**Goal of the exercise**
Begin at the line containing "#24=AXIS2_PLACEMENT_3D('',#22,#17,#23);" in the data below and go on through the line containing "#75=MANIFOLD_SOLID_BREP('',#74);", repeating each line exactly; include both ends and no other line.

(Stored data entries)

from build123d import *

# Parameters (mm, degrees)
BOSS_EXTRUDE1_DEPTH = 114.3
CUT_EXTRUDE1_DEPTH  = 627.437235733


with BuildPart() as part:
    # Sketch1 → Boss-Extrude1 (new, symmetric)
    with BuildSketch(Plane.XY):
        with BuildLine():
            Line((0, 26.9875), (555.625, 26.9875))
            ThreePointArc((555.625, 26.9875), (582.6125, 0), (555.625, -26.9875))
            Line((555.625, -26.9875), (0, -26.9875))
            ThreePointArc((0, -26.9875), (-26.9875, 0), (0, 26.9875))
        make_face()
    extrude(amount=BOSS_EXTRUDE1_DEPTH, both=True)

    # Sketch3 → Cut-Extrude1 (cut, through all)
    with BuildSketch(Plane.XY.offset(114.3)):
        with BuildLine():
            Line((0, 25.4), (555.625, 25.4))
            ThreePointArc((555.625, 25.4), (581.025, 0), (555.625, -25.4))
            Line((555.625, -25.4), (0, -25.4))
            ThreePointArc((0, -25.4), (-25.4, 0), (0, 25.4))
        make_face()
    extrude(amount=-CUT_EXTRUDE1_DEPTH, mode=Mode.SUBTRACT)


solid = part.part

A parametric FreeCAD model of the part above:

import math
import FreeCAD as App
import Part
import Sketcher

V = App.Vector
Q = App.Units.Quantity

doc = App.newDocument("Part")
body = doc.addObject("PartDesign::Body", "Body")

# Sketch on XY plane
sketch1 = body.newObject("Sketcher::SketchObject", "Sketch")
sketch1.AttachmentSupport = (doc.getObject("XY_Plane"), [""])
sketch1.MapMode = "FlatFace"
sketch1.addGeometry([
    Part.LineSegment(V(555.625, 26.9875, 0), V(0, 26.9875, 0)),
    Part.ArcOfCircle(Part.Circle(V(0, 0, 0), V(0, 0, 1), 26.9875), math.radians(90), math.radians(270)),
    Part.LineSegment(V(0, -26.9875, 0), V(555.625, -26.9875, 0)),
    Part.ArcOfCircle(Part.Circle(V(555.625, 0, 0), V(0, 0, 1), 26.9875), math.radians(-90), math.radians(90)),
], False)
sketch1.addConstraint([
    Sketcher.Constraint("Tangent", 0, 2, 1, 1),
    Sketcher.Constraint("Tangent", 1, 2, 2, 1),
    Sketcher.Constraint("Tangent", 2, 2, 3, 1),
    Sketcher.Constraint("Tangent", 3, 2, 0, 1),
    Sketcher.Constraint("Horizontal", 0),
    Sketcher.Constraint("Horizontal", 2),
    Sketcher.Constraint("Coincident", 1, 3, -1, 1),
    Sketcher.Constraint("Radius", 1, Q("1.0625 in")),
    Sketcher.Constraint("DistanceX", 0, 2, 0, 1, Q("21.875 in")),
])
pad1 = body.newObject("PartDesign::Pad", "Pad")
pad1.Profile = sketch1
pad1.Length = Q("9 in")
pad1.Midplane = True

# Sketch on XY plane
sketch2 = body.newObject("Sketcher::SketchObject", "Sketch001")
sketch2.AttachmentSupport = (doc.getObject("XY_Plane"), [""])
sketch2.MapMode = "FlatFace"
sketch2.AttachmentOffset = App.Placement(V(0, 0, 4.5 * 25.4), App.Rotation())
sketch2.addGeometry([
    Part.LineSegment(V(555.625, 25.4, 0), V(0, 25.4, 0)),
    Part.ArcOfCircle(Part.Circle(V(0, 0, 0), V(0, 0, 1), 25.4), math.radians(90), math.radians(270)),
    Part.LineSegment(V(0, -25.4, 0), V(555.625, -25.4, 0)),
    Part.ArcOfCircle(Part.Circle(V(555.625, 0, 0), V(0, 0, 1), 25.4), math.radians(-90), math.radians(90)),
], False)
sketch2.addConstraint([
    Sketcher.Constraint("Tangent", 0, 2, 1, 1),
    Sketcher.Constraint("Tangent", 1, 2, 2, 1),
    Sketcher.Constraint("Tangent", 2, 2, 3, 1),
    Sketcher.Constraint("Tangent", 3, 2, 0, 1),
    Sketcher.Constraint("Horizontal", 0),
    Sketcher.Constraint("Horizontal", 2),
    Sketcher.Constraint("Coincident", 1, 3, -1, 1),
    Sketcher.Constraint("Radius", 1, Q("1 in")),
    Sketcher.Constraint("DistanceX", 0, 2, 0, 1, Q("21.875 in")),
])
pocket1 = body.newObject("PartDesign::Pocket", "Pocket")
pocket1.Profile = sketch2
pocket1.Type = "ThroughAll"

doc.recompute()
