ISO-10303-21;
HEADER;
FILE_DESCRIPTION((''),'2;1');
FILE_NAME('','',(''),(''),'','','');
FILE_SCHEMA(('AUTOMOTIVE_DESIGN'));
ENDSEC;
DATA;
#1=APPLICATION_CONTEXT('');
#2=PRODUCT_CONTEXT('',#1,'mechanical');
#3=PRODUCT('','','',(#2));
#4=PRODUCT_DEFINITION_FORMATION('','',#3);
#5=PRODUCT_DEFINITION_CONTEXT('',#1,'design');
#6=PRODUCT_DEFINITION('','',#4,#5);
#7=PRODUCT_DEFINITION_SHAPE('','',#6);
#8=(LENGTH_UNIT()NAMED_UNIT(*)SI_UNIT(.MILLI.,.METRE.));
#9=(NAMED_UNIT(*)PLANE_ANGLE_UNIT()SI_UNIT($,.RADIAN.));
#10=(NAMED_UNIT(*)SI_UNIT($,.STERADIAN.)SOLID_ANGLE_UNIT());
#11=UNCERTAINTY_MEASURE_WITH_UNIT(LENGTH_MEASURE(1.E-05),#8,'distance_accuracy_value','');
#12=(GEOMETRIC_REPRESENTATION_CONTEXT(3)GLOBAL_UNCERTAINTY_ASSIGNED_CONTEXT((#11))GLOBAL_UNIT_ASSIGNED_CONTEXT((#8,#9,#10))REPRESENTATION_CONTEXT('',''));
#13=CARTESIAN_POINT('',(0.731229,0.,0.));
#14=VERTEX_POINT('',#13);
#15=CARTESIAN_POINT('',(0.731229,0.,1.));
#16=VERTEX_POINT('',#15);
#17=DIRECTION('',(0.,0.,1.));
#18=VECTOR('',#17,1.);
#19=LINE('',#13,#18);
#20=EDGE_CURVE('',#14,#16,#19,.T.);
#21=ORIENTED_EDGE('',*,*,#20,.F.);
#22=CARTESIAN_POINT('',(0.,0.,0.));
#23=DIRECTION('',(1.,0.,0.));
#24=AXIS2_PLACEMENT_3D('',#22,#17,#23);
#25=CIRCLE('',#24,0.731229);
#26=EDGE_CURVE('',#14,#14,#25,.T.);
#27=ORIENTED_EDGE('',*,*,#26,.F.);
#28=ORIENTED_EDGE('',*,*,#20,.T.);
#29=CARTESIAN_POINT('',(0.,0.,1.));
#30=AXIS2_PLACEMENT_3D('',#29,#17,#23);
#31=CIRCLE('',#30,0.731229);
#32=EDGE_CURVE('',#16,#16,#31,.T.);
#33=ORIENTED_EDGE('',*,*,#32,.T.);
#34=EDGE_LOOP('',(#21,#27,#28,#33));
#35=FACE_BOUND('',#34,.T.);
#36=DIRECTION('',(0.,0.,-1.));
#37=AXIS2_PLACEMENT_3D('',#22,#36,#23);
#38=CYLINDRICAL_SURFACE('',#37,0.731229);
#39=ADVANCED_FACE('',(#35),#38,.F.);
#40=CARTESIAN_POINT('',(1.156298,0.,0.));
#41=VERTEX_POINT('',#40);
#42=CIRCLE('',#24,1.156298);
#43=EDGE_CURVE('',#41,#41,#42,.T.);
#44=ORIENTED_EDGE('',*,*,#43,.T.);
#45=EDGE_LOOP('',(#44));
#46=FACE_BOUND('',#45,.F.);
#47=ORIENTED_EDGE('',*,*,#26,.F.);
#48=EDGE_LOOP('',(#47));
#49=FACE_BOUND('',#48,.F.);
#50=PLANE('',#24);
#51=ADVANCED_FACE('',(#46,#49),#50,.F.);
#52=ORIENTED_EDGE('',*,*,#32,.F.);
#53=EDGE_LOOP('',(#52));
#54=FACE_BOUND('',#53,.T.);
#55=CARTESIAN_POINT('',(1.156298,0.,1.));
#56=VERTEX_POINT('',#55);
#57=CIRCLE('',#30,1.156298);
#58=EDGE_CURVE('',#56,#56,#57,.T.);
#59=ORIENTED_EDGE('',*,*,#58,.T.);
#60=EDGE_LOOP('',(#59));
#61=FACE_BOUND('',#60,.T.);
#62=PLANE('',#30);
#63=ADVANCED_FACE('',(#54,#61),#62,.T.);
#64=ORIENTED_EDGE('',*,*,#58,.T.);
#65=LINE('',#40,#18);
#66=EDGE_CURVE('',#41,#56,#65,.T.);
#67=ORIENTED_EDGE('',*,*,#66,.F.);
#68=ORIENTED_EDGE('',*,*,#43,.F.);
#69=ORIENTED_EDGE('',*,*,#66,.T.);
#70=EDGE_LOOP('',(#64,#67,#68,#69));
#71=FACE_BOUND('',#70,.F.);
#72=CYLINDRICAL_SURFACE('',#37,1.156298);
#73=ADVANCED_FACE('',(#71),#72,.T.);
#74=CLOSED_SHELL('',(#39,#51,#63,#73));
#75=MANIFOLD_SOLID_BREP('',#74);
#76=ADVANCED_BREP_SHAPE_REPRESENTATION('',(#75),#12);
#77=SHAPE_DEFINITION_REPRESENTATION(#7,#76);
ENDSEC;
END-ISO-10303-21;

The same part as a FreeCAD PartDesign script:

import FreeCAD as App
import Part
import Sketcher

doc = App.newDocument("Part")
body = doc.addObject("PartDesign::Body", "Body")

# Sketch on XY plane
sketch1 = body.newObject("Sketcher::SketchObject", "Sketch")
sketch1.AttachmentSupport = (doc.getObject("XY_Plane"), [""])
sketch1.MapMode = "FlatFace"
sketch1.addGeometry([
    Part.Circle(App.Vector(0, 0, 0), App.Vector(0, 0, 1), 1.2),
    Part.Circle(App.Vector(0, 0, 0), App.Vector(0, 0, 1), 0.7),
], False)
sketch1.addConstraint([
    Sketcher.Constraint("Coincident", 0, 3, -1, 1),
    Sketcher.Constraint("Coincident", 1, 3, -1, 1),
    Sketcher.Constraint("Diameter", 0, 2.312596),
    Sketcher.Constraint("Diameter", 1, 1.462458),
])
pad1 = body.newObject("PartDesign::Pad", "Pad")
pad1.Profile = sketch1
pad1.Length = 1

doc.recompute()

**Answer area**
#24=AXIS2_PLACEMENT_3D('',#22,#17,#23);
#25=CIRCLE('',#24,0.731229);
#26=EDGE_CURVE('',#14,#14,#25,.T.);
#27=ORIENTED_EDGE('',*,*,#26,.F.);
#28=ORIENTED_EDGE('',*,*,#20,.T.);
#29=CARTESIAN_POINT('',(0.,0.,1.));
#30=AXIS2_PLACEMENT_3D('',#29,#17,#23);
#31=CIRCLE('',#30,0.731229);
#32=EDGE_CURVE('',#16,#16,#31,.T.);
#33=ORIENTED_EDGE('',*,*,#32,.T.);
#34=EDGE_LOOP('',(#21,#27,#28,#33));
#35=FACE_BOUND('',#34,.T.);
#36=DIRECTION('',(0.,0.,-1.));
#37=AXIS2_PLACEMENT_3D('',#22,#36,#23);
#38=CYLINDRICAL_SURFACE('',#37,0.731229);
#39=ADVANCED_FACE('',(#35),#38,.F.);
#40=CARTESIAN_POINT('',(1.156298,0.,0.));
#41=VERTEX_POINT('',#40);
#42=CIRCLE('',#24,1.156298);
#43=EDGE_CURVE('',#41,#41,#42,.T.);
#44=ORIENTED_EDGE('',*,*,#43,.T.);
#45=EDGE_LOOP('',(#44));
#46=FACE_BOUND('',#45,.F.);
#47=ORIENTED_EDGE('',*,*,#26,.F.);
#48=EDGE_LOOP('',(#47));
#49=FACE_BOUND('',#48,.F.);
#50=PLANE('',#24);
#51=ADVANCED_FACE('',(#46,#49),#50,.F.);
#52=ORIENTED_EDGE('',*,*,#32,.F.);
#53=EDGE_LOOP('',(#52));
#54=FACE_BOUND('',#53,.T.);
#55=CARTESIAN_POINT('',(1.156298,0.,1.));
#56=VERTEX_POINT('',#55);
#57=CIRCLE('',#30,1.156298);
#58=EDGE_CURVE('',#56,#56,#57,.T.);
#59=ORIENTED_EDGE('',*,*,#58,.T.);
#60=EDGE_LOOP('',(#59));
#61=FACE_BOUND('',#60,.T.);
#62=PLANE('',#30);
#63=ADVANCED_FACE('',(#54,#61),#62,.T.);
#64=ORIENTED_EDGE('',*,*,#58,.T.);
#65=LINE('',#40,#18);
#66=EDGE_CURVE('',#41,#56,#65,.T.);
#67=ORIENTED_EDGE('',*,*,#66,.F.);
#68=ORIENTED_EDGE('',*,*,#43,.F.);
#69=ORIENTED_EDGE('',*,*,#66,.T.);
#70=EDGE_LOOP('',(#64,#67,#68,#69));
#71=FACE_BOUND('',#70,.F.);
#72=CYLINDRICAL_SURFACE('',#37,1.156298);
#73=ADVANCED_FACE('',(#71),#72,.T.);
#74=CLOSED_SHELL('',(#39,#51,#63,#73));
#75=MANIFOLD_SOLID_BREP('',#74);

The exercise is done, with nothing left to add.